▶ TASK STATEMENT
Your answer must consist solely of the lines from the start of the entries below through the line with "v 12.377 -10.624 3.408", unchanged.
### RECORDS FOR THE EXERCISE
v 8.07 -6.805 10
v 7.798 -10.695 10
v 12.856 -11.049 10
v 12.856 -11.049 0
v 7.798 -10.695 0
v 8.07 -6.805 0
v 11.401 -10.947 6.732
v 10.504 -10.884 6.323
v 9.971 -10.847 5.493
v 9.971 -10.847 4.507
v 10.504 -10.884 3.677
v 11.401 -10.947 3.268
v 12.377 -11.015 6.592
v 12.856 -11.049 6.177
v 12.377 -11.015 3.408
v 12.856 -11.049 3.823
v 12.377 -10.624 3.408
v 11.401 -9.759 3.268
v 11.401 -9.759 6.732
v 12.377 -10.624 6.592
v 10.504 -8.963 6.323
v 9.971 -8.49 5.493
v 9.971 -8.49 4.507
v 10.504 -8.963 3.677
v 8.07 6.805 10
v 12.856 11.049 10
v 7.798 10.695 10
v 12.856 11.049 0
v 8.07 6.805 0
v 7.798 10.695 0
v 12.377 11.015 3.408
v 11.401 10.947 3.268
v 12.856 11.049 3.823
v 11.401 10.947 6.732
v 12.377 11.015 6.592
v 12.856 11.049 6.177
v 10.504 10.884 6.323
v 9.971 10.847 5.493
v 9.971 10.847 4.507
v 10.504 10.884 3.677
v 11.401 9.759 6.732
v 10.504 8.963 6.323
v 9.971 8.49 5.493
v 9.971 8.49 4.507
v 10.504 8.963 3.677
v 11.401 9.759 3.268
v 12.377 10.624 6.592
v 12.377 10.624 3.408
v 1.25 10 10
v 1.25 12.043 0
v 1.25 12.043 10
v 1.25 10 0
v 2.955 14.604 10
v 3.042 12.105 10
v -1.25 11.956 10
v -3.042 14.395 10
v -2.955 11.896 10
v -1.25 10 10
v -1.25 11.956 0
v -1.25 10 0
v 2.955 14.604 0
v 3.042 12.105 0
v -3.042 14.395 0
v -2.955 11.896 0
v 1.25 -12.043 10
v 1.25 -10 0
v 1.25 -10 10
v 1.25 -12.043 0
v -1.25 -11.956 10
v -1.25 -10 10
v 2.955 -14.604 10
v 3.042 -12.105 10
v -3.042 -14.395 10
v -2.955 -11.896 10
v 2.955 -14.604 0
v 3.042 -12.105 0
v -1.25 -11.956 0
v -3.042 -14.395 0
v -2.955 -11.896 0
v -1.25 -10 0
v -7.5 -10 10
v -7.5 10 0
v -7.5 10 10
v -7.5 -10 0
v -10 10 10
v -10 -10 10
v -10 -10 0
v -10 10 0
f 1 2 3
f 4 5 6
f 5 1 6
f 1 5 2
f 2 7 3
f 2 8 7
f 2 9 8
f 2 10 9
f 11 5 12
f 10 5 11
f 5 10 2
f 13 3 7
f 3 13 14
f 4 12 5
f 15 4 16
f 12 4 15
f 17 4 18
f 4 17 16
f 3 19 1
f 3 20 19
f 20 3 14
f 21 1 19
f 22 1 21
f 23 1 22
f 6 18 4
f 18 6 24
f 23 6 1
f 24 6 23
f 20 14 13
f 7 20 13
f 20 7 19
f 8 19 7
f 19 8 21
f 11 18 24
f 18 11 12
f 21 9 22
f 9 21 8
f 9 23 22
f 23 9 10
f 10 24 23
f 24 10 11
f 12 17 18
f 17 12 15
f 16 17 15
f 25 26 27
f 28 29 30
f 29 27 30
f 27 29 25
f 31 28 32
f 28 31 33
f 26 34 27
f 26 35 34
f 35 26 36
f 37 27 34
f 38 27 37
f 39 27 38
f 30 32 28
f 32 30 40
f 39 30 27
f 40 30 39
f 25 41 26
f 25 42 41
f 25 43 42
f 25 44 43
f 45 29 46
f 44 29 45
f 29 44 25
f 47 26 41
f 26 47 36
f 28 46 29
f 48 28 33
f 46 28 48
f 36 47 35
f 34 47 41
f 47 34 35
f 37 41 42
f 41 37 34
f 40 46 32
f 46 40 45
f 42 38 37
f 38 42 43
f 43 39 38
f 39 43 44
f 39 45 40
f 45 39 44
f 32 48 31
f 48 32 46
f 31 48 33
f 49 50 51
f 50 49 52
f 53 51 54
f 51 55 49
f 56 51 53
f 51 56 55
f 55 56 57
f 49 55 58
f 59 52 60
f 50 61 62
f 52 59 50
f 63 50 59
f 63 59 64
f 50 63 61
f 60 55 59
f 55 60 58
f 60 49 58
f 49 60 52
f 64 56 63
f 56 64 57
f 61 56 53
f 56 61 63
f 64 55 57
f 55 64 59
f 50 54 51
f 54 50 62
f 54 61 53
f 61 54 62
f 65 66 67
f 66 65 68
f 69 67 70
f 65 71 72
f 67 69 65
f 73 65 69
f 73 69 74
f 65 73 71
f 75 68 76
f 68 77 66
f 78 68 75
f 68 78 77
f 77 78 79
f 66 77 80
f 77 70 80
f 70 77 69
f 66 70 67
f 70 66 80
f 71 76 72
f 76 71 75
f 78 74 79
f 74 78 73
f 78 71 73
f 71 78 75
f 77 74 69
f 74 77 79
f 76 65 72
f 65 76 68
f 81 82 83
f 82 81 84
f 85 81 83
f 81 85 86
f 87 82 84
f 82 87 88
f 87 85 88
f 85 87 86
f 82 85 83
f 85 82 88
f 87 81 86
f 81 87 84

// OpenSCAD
// file: sweep.scad
// sweep.scad
//
// This code is copied from
// https://github.com/openscad/list-comprehension-demos
// and
// https://github.com/openscad/scad-utils
// to make hangprinter repo self-contained
// It was included in order to make the worm drive parametric
// In future OpenSCAD (or other script CAD programs)
// worm drives should be will be more easily constructed without
// this user space defined sweep operation.
// See OpenSCAD discussion at:
// https://github.com/openscad/openscad/issues/114

// Look into files
// lists.scad
// X transformations.scad
// linalg.scad
// se3.scad
// so3.scad


// Include modules and fcts:

/// linalg.scad
function vec3(p) = len(p) < 3 ? concat(p,0) : p;
function vec4(p) = let (v3=vec3(p)) len(v3) < 4 ? concat(v3,1) : v3;
function take3(v) = [v[0],v[1],v[2]];
function tail3(v) = [v[3],v[4],v[5]];
function construct_Rt(R,t) = [concat(R[0],t[0]),concat(R[1],t[1]),concat(R[2],t[2]),[0,0,0,1]];

/// so3.scad

function se3_exp_2(t,w) = se3_exp_2_0(t,w,w*w);
function se3_exp_2_0(t,w,theta_sq) =
se3_exp_23(
	so3_exp_2(theta_sq),
	C = (1.0 - theta_sq/20) / 6,
	t=t,w=w);

// Taylor series expansions close to 0
function so3_exp_1(theta_sq) = [
	1 - 1/6*theta_sq,
	0.5
];

function rodrigues_so3_exp(w, A, B) = [
  [1.0 - B*(w[1]*w[1] + w[2]*w[2]), B*(w[0]*w[1]) - A*w[2],          B*(w[0]*w[2]) + A*w[1]],
  [B*(w[0]*w[1]) + A*w[2],          1.0 - B*(w[0]*w[0] + w[2]*w[2]), B*(w[1]*w[2]) - A*w[0]],
  [B*(w[0]*w[2]) - A*w[1],          B*(w[1]*w[2]) + A*w[0],          1.0 - B*(w[0]*w[0] + w[1]*w[1])]
];

function so3_exp_3_0(theta_deg, inv_theta) = [
	sin(theta_deg) * inv_theta,
	(1 - cos(theta_deg)) * (inv_theta * inv_theta)
];

/// se3.scad
function combine_se3_exp(w, ABt) = construct_Rt(rodrigues_so3_exp(w, ABt[0], ABt[1]), ABt[2]);
function se3_exp_1(t,w) = concat(
	so3_exp_1(w*w),
	[t + 0.5 * cross(w,t)]
);

function se3_exp_3(t,w) = se3_exp_3_0(t,w,sqrt(w*w)*180/PI,1/sqrt(w*w));

function se3_exp_23(AB,C,t,w) =
[AB[0], AB[1], t + AB[1] * cross(w,t) + C * cross(w,cross(w,t)) ];

function se3_exp_3_0(t,w,theta_deg,inv_theta) =
se3_exp_23(
	so3_exp_3_0(theta_deg = theta_deg, inv_theta = inv_theta),
	C = (1 - sin(theta_deg) * inv_theta) * (inv_theta * inv_theta),
t=t,w=w);

function se3_exp(mu) = se3_exp_0(t=take3(mu),w=tail3(mu)/180*PI);

function se3_exp_0(t,w) =
combine_se3_exp(w,
// Evaluate by Taylor expansion when near 0
	w*w < 1e-8
	? se3_exp_1(t,w)
	: w*w < 1e-6
	  ? se3_exp_2(t,w)
	  : se3_exp_3(t,w)
);


/// lists.scad
/*!
  Flattens a list one level:

  flatten([[0,1],[2,3]]) => [0,1,2,3]
*/
function flatten(list) = [ for (i = list, v = i) v ];
/*!
  Extracts a subarray from index begin (inclusive) to end (exclusive)

  subarray([1,2,3,4], 1, 2) => [2,3]
*/
function subarray(list,begin=0,end=-1) = [
    let(end = end < 0 ? len(list) : end)
      for (i = [begin : 1 : end-1])
        list[i]
];

/// transformations.scad
//********* Create modifying matrices ***************//
/*!
  Creates a rotation matrix

  xyz = euler angles = rz * ry * rx
  axis = rotation_axis * rotation_angle
*/
function rotation(xyz=undef, axis=undef) =
	xyz != undef && axis != undef ? undef :
	xyz == undef  ? se3_exp([0,0,0,axis[0],axis[1],axis[2]]) :
	len(xyz) == undef ? rotation(axis=[0,0,xyz]) :
	(len(xyz) >= 3 ? rotation(axis=[0,0,xyz[2]]) : identity4()) *
	(len(xyz) >= 2 ? rotation(axis=[0,xyz[1],0]) : identity4()) *
(len(xyz) >= 1 ? rotation(axis=[xyz[0],0,0]) : identity4());

/*!
  Creates a scaling matrix
*/
function scaling(v) = [
	[v[0],0,0,0],
	[0,v[1],0,0],
	[0,0,v[2],0],
	[0,0,0,1],
];

/*!
  Creates a translation matrix
*/
function translation(v) = [
	[1,0,0,v[0]],
	[0,1,0,v[1]],
	[0,0,1,v[2]],
	[0,0,0,1],
];


function project(x) = subarray(x,end=len(x)-1) / x[len(x)-1];

function transform(m, list) = [for (p=list) project(m * vec4(p))];

function to_3d(list) = [ for(v = list) vec3(v) ];

module sweep(shape, path_transforms, closed=false) {

    pathlen = len(path_transforms);
    segments = pathlen + (closed ? 0 : -1);
    shape3d = to_3d(shape);

    function sweep_points() =
      flatten([for (i=[0:pathlen-1])
        transform(path_transforms[i], shape3d)]);

    function loop_faces() = [let (facets=len(shape3d))
        for(s=[0:segments-1], i=[0:facets-1])
          [(s%pathlen) * facets + i,
           (s%pathlen) * facets + (i + 1) % facets,
           ((s + 1) % pathlen) * facets + (i + 1) % facets,
           ((s + 1) % pathlen) * facets + i]];

    bottom_cap = closed ? [] : [[for (i=[len(shape3d)-1:-1:0]) i]];
    top_cap = closed ? [] : [
      [for (i=[0:len(shape3d)-1])
        i+len(shape3d)*(pathlen-1)]];
    polyhedron(points = sweep_points(),
               faces  = concat(loop_faces(),
                               bottom_cap,
                               top_cap),
               convexity=5);
}
// file: util.scad
include <parameters.scad>

//!rounded_cube([40,61,42], 8, center=true);
module rounded_cube(v, r, center=false){
  fn = 32;
  v = (v[0] == undef) ? [v, v, v] : v;
  obj_translate = center ?
    [-(v[0] / 2), -(v[1] / 2),	-(v[2] / 2)] : [0, 0, 0];
  d = 2*r;

  //!frame();
  module frame(){
    xy_corners = [[0, 0, 0], [v[0]-d, 0, 0], [v[0]-d, v[1]-d, 0], [0, v[1]-d, 0]];
    translate([r,r,r])
    for(i=[0:3]){
      l = i%2 == 0 ? v[0] - d : v[1] - d;
      translate(xy_corners[i]){
        rotate([0,0,90*i]){
          cylinder(r=r, h=v[2]-d, $fn = fn);
          for(j=[0,v[2]-d]){
            translate([0,0,j]){
              sphere(r, $fn = fn);
              rotate([0,90,0])
                rotate([0,0,0.5*360/fn])
                cylinder(r=r, h=l, $fn = fn);
            }
          }
        }
      }
    }
  }

  //!core();
  module core(){
    translate([r, r, 0]){
      cube([v[0] - d, v[1] - d, v[2]]);
    }
    translate([r, 0, r]){
      cube([v[0] - d, v[1], v[2] - d]);
    }
    translate([0, r, r]){
      cube([v[0], v[1] - d, v[2] - d]);
    }
  }

  translate(obj_translate){
    union(){
      core();
      frame();
    }
  }
}

//rounded_cube2([20,30,2], 2);
module rounded_cube2(v, r){
  $fs = 1;
  union(){
    translate([r,0,0])           cube([v[0]-2*r, v[1]    , v[2]]);
    translate([0,r,0])           cube([v[0]    , v[1]-2*r, v[2]]);
    translate([r,r,0])           cylinder(h=v[2], r=r);
    translate([v[0]-r,r,0])      cylinder(h=v[2], r=r);
    translate([v[0]-r,v[1]-r,0]) cylinder(h=v[2], r=r);
    translate([r,v[1]-r,0])      cylinder(h=v[2], r=r);
  }
}

module rounded_square(v, r){
  union(){
    translate([r,0])           square([v[0]-2*r, v[1]]);
    translate([0,r])           square([v[0], v[1]-2*r]);
    translate([r,r])           circle(r);
    translate([v[0]-r,r])      circle(r);
    translate([v[0]-r,v[1]-r]) circle(r);
    translate([r,v[1]-r])      circle(r);
  }
}


module beam(l, standing = false){
  v = standing ? [Beam_width, Beam_width, l] : [l, Beam_width, Beam_width];
  cube(v);
}

module fat_beam(l, standing = false){
  v = standing ? [Fat_beam_width, Fat_beam_width, l] : [l, Fat_beam_width, Fat_beam_width];
  cube(v);
}

//standing_ls_tri(10, 20);
module standing_ls_tri(l, h){
  difference(){
  cube([l,l,h]);
  translate([l,0,0])
    rotate([0,0,45])
    translate([0,0,-1])
    cube([l*sqrt(2),l*sqrt(2),h+2]);
  }
}

// Functions for use with sweep
function my_square(v) = [[-v[0]/2, -v[1]/2],
                         [ v[0]/2, -v[1]/2],
                         [ v[0]/2,  v[1]/2],
                         [-v[0]/2,  v[1]/2]];

function my_rounded_square(v, r, step=7.5) = [
  for (i=[0:step:360])
    i < 90 ?
    [r,r] - r*[cos(i), sin(i)] :
    i < 180 ?
    [v[0]-r,r] - r*[cos(i), sin(i)] :
    i < 270 ?
    [v[0]-r,v[1]-r] - r*[cos(i), sin(i)] :
    [r,v[1]-r] - r*[cos(i), sin(i)]];

function my_rounded_eqtri(l, r, step=3) = [
  for (i=[-30:step:360-30.01])
    (i < 120 - 30) ?
    [r*sqrt(3),r] - r*[cos(i), sin(i)] :
    (i < 240 - 30) ?
    [l-r*sqrt(3),r] - r*[cos(i), sin(i)] :
    [l/2,sqrt(3)*l/2-r*2] - r*[cos(i), sin(i)]];

module rounded_2corner(v, r){
  v = (v[0] == undef) ? [v, v] : v;
  square([v[0]-r,v[1]]);
  translate([0,r])
    square([v[0],v[1]-2*r]);
  translate([v[0]-r, r])
    circle(r=r,$fs = 1);
  translate([v[0]-r, v[1]-r])
    circle(r=r,$fs = 1);
}

module Nema17_screw_translate(corners){
  for (i=[0:90:90*corners - 1]){
    rotate([0,0,i+45]) translate([Nema17_screw_hole_width/2,0,0]) children();
  }
}

module Nema17_screw_holes(d, h, corners=4){
  Nema17_screw_translate(corners) cylinder(r=d/2,h=h);
}

module centered_u_groove_bearing(){
  translate([1.5,-32,0])
    import("U-groove_bearing.stl");
}

// Looks best with $fn = n*8
module round_end(v){
  v = (v[0] == undef) ? [v, v] : v;
  cube([v[0]-v[1]/2, v[1], v[2]]);
  translate([v[0]-v[1]/2, v[1]/2,0])
    cylinder(d=v[1], h=v[2]);
}
// file: parameters.scad
// Parameters shared between modules
Base_th = 2.8;
Beam_width = 15;
Wiggle = 0.25;
Fat_beam_width = Beam_width + Wiggle;
Beam_length = 400;
Wall_th = 2.5;
Min_beam_width = 12.5;
Max_beam_width = 17.5;
Zip_th = 2;
Zip_h = Zip_th + Max_beam_width - Min_beam_width;
Zip_w = 5.0;
Nema17_cube_width          = 42.43;
Nema17_screw_hole_width    = 43.74; // Opposite corner screws
Nema17_ring_diameter       = 22;
Nema17_cube_height         = 39.36;
Nema17_shaft_height        = 63.65;
Nema17_ring_height         = 2;
Nema17_shaft_radius        = 5/2;
b608_outer_dia = 22.2;
b608_width = 7.05;
Gap_between_sandwich_and_plate = 1.5 + Base_th; // 1.5 mm for wiggle
Motor_bracket_flerp_r = 6;
Motor_bracket_flerp = 14;
Motor_bracket_cw = Nema17_cube_width + 6;
Motor_bracket_att_ang = 50;
Mounting_screw_d = 4.5;
Mounting_screw_head_d = 14;
Spool_outer_wall_th = 4;

// Corner clamp parameters
Cc_l1 = (Fat_beam_width+2*Wall_th)*2*sqrt(3);
Cc_rad_b = 4;
Cc_action_point_from_mid = Cc_l1/sqrt(3)-2*Cc_rad_b-1.3;  // 1.3 chosen arbitrarily
Cc_plastic_length = sqrt(Cc_action_point_from_mid*Cc_action_point_from_mid
                       - (Cc_action_point_from_mid/2)*(Cc_action_point_from_mid/2));

// The distance between the two action points on the mover
Sidelength = Beam_length + 2*Cc_plastic_length;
######
▶ ANSWER TO THIS TASK
v 8.07 -6.805 10
v 7.798 -10.695 10
v 12.856 -11.049 10
v 12.856 -11.049 0
v 7.798 -10.695 0
v 8.07 -6.805 0
v 11.401 -10.947 6.732
v 10.504 -10.884 6.323
v 9.971 -10.847 5.493
v 9.971 -10.847 4.507
v 10.504 -10.884 3.677
v 11.401 -10.947 3.268
v 12.377 -11.015 6.592
v 12.856 -11.049 6.177
v 12.377 -11.015 3.408
v 12.856 -11.049 3.823
v 12.377 -10.624 3.408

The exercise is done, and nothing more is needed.